**** Information shown
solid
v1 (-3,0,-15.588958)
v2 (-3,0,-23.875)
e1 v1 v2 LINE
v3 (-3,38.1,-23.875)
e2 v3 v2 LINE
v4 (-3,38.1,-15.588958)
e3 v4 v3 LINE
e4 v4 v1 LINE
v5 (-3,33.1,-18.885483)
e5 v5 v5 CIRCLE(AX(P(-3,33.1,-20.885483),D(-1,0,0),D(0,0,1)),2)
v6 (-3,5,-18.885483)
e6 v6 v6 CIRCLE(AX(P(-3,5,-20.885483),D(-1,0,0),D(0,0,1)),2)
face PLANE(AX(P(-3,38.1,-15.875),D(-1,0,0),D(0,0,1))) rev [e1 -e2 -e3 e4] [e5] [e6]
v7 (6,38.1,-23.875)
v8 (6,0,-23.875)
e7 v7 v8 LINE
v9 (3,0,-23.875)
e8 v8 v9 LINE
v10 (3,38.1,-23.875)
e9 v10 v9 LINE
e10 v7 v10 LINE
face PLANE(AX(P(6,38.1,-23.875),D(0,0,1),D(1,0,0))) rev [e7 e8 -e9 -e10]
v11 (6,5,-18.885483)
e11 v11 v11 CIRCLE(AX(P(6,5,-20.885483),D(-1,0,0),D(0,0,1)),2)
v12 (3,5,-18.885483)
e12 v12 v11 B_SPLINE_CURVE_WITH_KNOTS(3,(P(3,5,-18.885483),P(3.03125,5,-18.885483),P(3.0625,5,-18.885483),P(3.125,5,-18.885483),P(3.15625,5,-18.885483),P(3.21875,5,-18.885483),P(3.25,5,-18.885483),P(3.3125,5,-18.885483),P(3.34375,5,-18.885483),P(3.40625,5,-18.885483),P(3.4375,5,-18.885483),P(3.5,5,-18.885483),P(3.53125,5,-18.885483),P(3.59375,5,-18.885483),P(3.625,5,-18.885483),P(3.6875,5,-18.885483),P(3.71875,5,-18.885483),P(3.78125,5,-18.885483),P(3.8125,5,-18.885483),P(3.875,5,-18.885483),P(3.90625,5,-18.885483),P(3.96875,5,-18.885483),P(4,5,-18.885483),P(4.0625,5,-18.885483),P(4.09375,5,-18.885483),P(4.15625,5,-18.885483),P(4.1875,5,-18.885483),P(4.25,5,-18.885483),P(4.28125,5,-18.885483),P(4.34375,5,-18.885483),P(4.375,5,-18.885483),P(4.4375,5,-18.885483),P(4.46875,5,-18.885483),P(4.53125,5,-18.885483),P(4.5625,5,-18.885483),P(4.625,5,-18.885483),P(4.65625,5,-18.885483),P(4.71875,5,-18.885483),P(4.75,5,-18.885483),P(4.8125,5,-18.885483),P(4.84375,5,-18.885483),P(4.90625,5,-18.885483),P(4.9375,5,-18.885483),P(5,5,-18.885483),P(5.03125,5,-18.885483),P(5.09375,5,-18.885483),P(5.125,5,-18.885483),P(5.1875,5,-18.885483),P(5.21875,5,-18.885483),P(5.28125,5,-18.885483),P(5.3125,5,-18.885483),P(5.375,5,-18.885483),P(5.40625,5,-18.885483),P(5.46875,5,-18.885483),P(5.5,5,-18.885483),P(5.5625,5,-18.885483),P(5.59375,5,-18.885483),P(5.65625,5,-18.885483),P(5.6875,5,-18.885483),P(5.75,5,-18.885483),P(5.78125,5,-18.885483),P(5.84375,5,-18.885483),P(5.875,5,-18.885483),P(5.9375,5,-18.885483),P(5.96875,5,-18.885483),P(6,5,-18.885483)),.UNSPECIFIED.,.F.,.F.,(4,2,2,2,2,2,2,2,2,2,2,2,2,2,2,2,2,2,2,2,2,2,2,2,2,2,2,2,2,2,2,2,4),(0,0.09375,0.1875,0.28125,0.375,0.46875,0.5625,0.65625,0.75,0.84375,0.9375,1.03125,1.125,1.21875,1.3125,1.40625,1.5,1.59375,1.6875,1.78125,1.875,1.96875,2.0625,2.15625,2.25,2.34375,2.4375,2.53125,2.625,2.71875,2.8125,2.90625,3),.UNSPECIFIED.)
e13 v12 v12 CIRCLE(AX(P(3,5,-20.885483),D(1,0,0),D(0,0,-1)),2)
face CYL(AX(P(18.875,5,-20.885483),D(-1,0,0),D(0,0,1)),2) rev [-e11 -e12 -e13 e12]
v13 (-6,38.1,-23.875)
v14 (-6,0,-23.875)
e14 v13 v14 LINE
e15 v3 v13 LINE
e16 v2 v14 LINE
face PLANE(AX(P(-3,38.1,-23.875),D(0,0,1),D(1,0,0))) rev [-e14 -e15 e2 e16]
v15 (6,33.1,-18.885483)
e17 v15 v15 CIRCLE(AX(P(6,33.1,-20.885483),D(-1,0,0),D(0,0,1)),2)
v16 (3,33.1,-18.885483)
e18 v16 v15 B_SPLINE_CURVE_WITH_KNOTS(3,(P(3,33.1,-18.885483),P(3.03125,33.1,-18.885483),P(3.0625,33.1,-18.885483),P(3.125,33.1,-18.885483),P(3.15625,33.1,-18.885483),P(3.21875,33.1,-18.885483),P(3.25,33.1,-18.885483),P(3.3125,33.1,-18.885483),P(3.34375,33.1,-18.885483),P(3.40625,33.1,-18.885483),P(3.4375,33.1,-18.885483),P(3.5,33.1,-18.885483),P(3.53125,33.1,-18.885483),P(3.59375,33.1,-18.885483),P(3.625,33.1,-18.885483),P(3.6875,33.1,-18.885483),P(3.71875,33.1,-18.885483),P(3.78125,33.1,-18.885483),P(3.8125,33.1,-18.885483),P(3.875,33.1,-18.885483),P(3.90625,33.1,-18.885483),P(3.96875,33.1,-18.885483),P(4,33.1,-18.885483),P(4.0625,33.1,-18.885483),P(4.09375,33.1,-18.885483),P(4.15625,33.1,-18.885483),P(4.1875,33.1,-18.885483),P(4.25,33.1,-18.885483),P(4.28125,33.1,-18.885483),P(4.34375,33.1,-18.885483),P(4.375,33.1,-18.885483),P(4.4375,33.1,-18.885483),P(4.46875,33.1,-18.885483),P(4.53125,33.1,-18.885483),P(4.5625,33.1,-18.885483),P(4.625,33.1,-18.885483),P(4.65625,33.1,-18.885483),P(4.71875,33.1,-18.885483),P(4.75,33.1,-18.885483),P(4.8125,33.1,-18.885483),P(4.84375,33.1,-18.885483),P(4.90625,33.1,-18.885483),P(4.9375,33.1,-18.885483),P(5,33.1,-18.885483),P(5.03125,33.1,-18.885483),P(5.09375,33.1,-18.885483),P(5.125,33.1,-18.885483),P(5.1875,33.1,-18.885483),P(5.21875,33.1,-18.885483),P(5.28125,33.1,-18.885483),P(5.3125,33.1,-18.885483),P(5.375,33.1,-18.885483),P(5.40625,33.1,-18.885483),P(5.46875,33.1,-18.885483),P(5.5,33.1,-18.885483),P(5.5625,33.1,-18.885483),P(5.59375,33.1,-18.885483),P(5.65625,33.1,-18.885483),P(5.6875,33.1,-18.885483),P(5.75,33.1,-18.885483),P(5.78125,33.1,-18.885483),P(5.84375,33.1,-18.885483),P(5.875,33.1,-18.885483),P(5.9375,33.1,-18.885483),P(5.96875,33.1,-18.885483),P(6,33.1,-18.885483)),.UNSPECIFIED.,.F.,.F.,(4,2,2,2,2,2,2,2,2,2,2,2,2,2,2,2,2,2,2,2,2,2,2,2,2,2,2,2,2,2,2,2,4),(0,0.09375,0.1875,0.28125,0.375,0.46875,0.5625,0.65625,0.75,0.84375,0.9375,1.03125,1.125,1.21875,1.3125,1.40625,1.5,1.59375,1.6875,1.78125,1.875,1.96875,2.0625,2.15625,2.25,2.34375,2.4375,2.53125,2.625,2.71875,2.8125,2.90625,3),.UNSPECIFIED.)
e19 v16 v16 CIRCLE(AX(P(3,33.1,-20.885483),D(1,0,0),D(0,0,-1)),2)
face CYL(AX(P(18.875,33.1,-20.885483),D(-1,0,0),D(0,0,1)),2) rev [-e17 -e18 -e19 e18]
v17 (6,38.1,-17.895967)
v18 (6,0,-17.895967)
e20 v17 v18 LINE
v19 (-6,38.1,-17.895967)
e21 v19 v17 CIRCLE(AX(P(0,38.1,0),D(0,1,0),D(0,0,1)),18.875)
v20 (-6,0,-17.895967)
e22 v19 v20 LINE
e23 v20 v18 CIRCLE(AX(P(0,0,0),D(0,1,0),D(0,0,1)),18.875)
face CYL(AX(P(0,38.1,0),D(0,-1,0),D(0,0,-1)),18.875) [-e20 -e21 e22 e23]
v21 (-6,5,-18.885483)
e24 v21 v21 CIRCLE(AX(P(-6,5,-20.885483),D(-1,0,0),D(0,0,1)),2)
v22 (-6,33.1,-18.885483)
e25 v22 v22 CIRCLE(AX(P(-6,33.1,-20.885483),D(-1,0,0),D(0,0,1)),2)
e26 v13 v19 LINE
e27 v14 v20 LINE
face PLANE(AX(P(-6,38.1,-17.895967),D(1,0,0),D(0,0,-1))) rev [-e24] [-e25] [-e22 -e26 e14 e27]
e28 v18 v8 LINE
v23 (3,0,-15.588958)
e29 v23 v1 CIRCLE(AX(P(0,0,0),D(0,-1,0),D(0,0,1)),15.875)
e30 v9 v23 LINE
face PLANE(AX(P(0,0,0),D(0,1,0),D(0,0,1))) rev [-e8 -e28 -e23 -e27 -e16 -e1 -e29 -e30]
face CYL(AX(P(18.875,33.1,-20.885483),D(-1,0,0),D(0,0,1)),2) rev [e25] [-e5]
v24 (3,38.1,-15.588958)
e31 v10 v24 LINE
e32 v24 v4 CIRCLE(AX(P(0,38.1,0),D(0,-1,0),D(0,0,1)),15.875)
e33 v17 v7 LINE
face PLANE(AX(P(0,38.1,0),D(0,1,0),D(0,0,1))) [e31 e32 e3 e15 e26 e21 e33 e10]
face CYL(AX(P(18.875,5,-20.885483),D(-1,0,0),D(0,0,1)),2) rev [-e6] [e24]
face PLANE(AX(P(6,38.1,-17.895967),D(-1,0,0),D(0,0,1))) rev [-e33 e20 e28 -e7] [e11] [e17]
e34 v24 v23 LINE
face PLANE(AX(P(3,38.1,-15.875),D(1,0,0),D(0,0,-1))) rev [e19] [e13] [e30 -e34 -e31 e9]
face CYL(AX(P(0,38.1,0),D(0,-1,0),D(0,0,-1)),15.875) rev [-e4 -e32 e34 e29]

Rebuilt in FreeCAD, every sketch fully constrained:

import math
import FreeCAD as App
import Part
import Sketcher
from FreeCAD import Vector

doc = App.newDocument("Part")
params = doc.addObject("Spreadsheet::Sheet", "Params")
for row, (alias, value) in enumerate([
    ("sketch1_width", "3 mm"),
    ("pad1_length", "38.1 mm"),
    ("sketch2_diameter", "4 mm"),
], start=1):
    params.set(f"A{row}", alias)
    params.set(f"B{row}", "=" + value)
    params.setAlias(f"B{row}", alias)

body = doc.addObject("PartDesign::Body", "Body")

# Sketch on XZ plane
sketch1 = doc.addObject("Sketcher::SketchObject", "Sketch")
body.addObject(sketch1)
sketch1.AttachmentSupport = (doc.XZ_Plane, [""])
sketch1.MapMode = "FlatFace"
sketch1.addGeometry(Part.LineSegment(Vector(6, -23.875, 0), Vector(3, -23.875, 0)), False)
sketch1.addGeometry(Part.LineSegment(Vector(3, -23.875, 0), Vector(3, -15.588958, 0)), False)
sketch1.addGeometry(Part.ArcOfCircle(Part.Circle(Vector(0, 0, 0), Vector(0, 0, 1), 15.875), math.radians(-79.106947), math.radians(259.106947)), False)
sketch1.addGeometry(Part.LineSegment(Vector(-3, -15.588958, 0), Vector(-3, -23.875, 0)), False)
sketch1.addGeometry(Part.LineSegment(Vector(-3, -23.875, 0), Vector(-6, -23.875, 0)), False)
sketch1.addGeometry(Part.LineSegment(Vector(-6, -23.875, 0), Vector(-6, -17.895967, 0)), False)
sketch1.addGeometry(Part.ArcOfCircle(Part.Circle(Vector(0, 0, 0), Vector(0, 0, 1), 18.875), math.radians(-71.465187), math.radians(251.465187)), False)
sketch1.addGeometry(Part.LineSegment(Vector(6, -17.895967, 0), Vector(6, -23.875, 0)), False)
sketch1.addConstraint(Sketcher.Constraint("Coincident", 0, 2, 1, 1))
sketch1.addConstraint(Sketcher.Constraint("Coincident", 1, 2, 2, 1))
sketch1.addConstraint(Sketcher.Constraint("Coincident", 2, 2, 3, 1))
sketch1.addConstraint(Sketcher.Constraint("Coincident", 3, 2, 4, 1))
sketch1.addConstraint(Sketcher.Constraint("Coincident", 4, 2, 5, 1))
sketch1.addConstraint(Sketcher.Constraint("Coincident", 5, 2, 6, 2))
sketch1.addConstraint(Sketcher.Constraint("Coincident", 6, 1, 7, 1))
sketch1.addConstraint(Sketcher.Constraint("Coincident", 7, 2, 0, 1))
sketch1.addConstraint(Sketcher.Constraint("Horizontal", 0))
sketch1.addConstraint(Sketcher.Constraint("Vertical", 1))
sketch1.addConstraint(Sketcher.Constraint("Vertical", 3))
sketch1.addConstraint(Sketcher.Constraint("Horizontal", 4))
sketch1.addConstraint(Sketcher.Constraint("Vertical", 5))
sketch1.addConstraint(Sketcher.Constraint("Vertical", 7))
sketch1.addConstraint(Sketcher.Constraint("Coincident", 2, 3, -1, 1))
sketch1.addConstraint(Sketcher.Constraint("Coincident", 6, 3, -1, 1))
sketch1.addConstraint(Sketcher.Constraint("Symmetric", 0, 2, 3, 2, -2))
sketch1.addConstraint(Sketcher.Constraint("Horizontal", 5, 2, 6, 1))
sketch1.addConstraint(Sketcher.Constraint("DistanceX", 0, 2, 0, 1, 3.0))
sketch1.addConstraint(Sketcher.Constraint("DistanceX", -1, 1, 0, 2, 3.0))
sketch1.addConstraint(Sketcher.Constraint("Radius", 2, 15.875))
sketch1.addConstraint(Sketcher.Constraint("Radius", 6, 18.875))
sketch1.addConstraint(Sketcher.Constraint("DistanceY", 0, 2, -1, 1, 23.875))
sketch1.setExpression("Constraints[18]", "Params.sketch1_width")
pad1 = doc.addObject("PartDesign::Pad", "Pad")
body.addObject(pad1)
pad1.Profile = sketch1
pad1.setExpression("Length", "Params.pad1_length")
pad1.Reversed = True

# Sketch on YZ plane
sketch2 = doc.addObject("Sketcher::SketchObject", "Sketch001")
body.addObject(sketch2)
sketch2.AttachmentSupport = (doc.YZ_Plane, [""])
sketch2.MapMode = "FlatFace"
sketch2.AttachmentOffset = App.Placement(Vector(0, 0, -6), App.Rotation())
sketch2.addGeometry(Part.Circle(Vector(33.1, -20.885483, 0), Vector(0, 0, 1), 2), False)
sketch2.addGeometry(Part.Circle(Vector(5, -20.885483, 0), Vector(0, 0, 1), 2), False)
sketch2.addConstraint(Sketcher.Constraint("Equal", 0, 1))
sketch2.addConstraint(Sketcher.Constraint("Horizontal", 0, 3, 1, 3))
sketch2.addConstraint(Sketcher.Constraint("Diameter", 0, 4.0))
sketch2.addConstraint(Sketcher.Constraint("DistanceX", -1, 1, 1, 3, 5.0))
sketch2.addConstraint(Sketcher.Constraint("DistanceX", -1, 1, 0, 3, 33.1))
sketch2.addConstraint(Sketcher.Constraint("DistanceY", 0, 3, -1, 1, 20.885483))
sketch2.setExpression("Constraints[2]", "Params.sketch2_diameter")
pocket1 = doc.addObject("PartDesign::Pocket", "Pocket")
body.addObject(pocket1)
pocket1.Profile = sketch2
pocket1.Type = "ThroughAll"
pocket1.Reversed = True

doc.recompute()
********
* **Task item**
From the records above, quote only the lines running from the line with "face PLANE(AX(P(6,38.1,-23.875),D(0,0,1),D(1,0,0))) rev" to the line with "v12 (3,5,-18.885483)", both lines included.

* **Exercise answer**
face PLANE(AX(P(6,38.1,-23.875),D(0,0,1),D(1,0,0))) rev [e7 e8 -e9 -e10]
v11 (6,5,-18.885483)
e11 v11 v11 CIRCLE(AX(P(6,5,-20.885483),D(-1,0,0),D(0,0,1)),2)
v12 (3,5,-18.885483)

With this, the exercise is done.